A word-for-word repeat of the records below is what this calls for.

BEGIN Listed entries

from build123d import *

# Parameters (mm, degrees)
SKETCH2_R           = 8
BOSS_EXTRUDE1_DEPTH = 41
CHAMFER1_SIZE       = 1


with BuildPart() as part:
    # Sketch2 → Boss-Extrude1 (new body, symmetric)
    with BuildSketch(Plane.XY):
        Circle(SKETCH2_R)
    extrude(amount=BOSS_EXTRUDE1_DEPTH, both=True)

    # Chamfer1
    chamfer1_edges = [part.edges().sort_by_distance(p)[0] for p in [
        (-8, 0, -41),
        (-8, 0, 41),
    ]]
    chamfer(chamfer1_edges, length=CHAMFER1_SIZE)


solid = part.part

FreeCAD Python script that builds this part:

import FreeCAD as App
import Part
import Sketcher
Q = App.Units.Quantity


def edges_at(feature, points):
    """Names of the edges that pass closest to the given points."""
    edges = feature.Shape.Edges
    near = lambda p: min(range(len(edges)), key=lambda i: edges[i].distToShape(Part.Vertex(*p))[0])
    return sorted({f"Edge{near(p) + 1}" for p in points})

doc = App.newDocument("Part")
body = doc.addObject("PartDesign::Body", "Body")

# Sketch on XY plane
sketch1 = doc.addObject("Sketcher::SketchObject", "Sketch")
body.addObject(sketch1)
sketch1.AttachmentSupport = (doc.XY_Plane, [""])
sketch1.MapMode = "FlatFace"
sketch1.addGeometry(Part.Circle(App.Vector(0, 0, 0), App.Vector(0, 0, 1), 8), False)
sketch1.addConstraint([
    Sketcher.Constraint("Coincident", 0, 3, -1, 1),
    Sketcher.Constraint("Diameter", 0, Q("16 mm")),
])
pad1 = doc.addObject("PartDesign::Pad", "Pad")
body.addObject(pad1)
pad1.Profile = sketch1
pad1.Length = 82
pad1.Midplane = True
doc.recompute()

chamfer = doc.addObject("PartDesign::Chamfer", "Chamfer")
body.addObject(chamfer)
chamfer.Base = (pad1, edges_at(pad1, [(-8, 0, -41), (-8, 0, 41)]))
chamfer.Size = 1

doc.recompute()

END Listed entries

→ Answer section:
from build123d import *

# Parameters (mm, degrees)
SKETCH2_R           = 8
BOSS_EXTRUDE1_DEPTH = 41
CHAMFER1_SIZE       = 1


with BuildPart() as part:
    # Sketch2 → Boss-Extrude1 (new body, symmetric)
    with BuildSketch(Plane.XY):
        Circle(SKETCH2_R)
    extrude(amount=BOSS_EXTRUDE1_DEPTH, both=True)

    # Chamfer1
    chamfer1_edges = [part.edges().sort_by_distance(p)[0] for p in [
        (-8, 0, -41),
        (-8, 0, 41),
    ]]
    chamfer(chamfer1_edges, length=CHAMFER1_SIZE)


solid = part.part

FreeCAD Python script that builds this part:

import FreeCAD as App
import Part
import Sketcher
Q = App.Units.Quantity


def edges_at(feature, points):
    """Names of the edges that pass closest to the given points."""
    edges = feature.Shape.Edges
    near = lambda p: min(range(len(edges)), key=lambda i: edges[i].distToShape(Part.Vertex(*p))[0])
    return sorted({f"Edge{near(p) + 1}" for p in points})

doc = App.newDocument("Part")
body = doc.addObject("PartDesign::Body", "Body")

# Sketch on XY plane
sketch1 = doc.addObject("Sketcher::SketchObject", "Sketch")
body.addObject(sketch1)
sketch1.AttachmentSupport = (doc.XY_Plane, [""])
sketch1.MapMode = "FlatFace"
sketch1.addGeometry(Part.Circle(App.Vector(0, 0, 0), App.Vector(0, 0, 1), 8), False)
sketch1.addConstraint([
    Sketcher.Constraint("Coincident", 0, 3, -1, 1),
    Sketcher.Constraint("Diameter", 0, Q("16 mm")),
])
pad1 = doc.addObject("PartDesign::Pad", "Pad")
body.addObject(pad1)
pad1.Profile = sketch1
pad1.Length = 82
pad1.Midplane = True
doc.recompute()

chamfer = doc.addObject("PartDesign::Chamfer", "Chamfer")
body.addObject(chamfer)
chamfer.Base = (pad1, edges_at(pad1, [(-8, 0, -41), (-8, 0, 41)]))
chamfer.Size = 1

doc.recompute()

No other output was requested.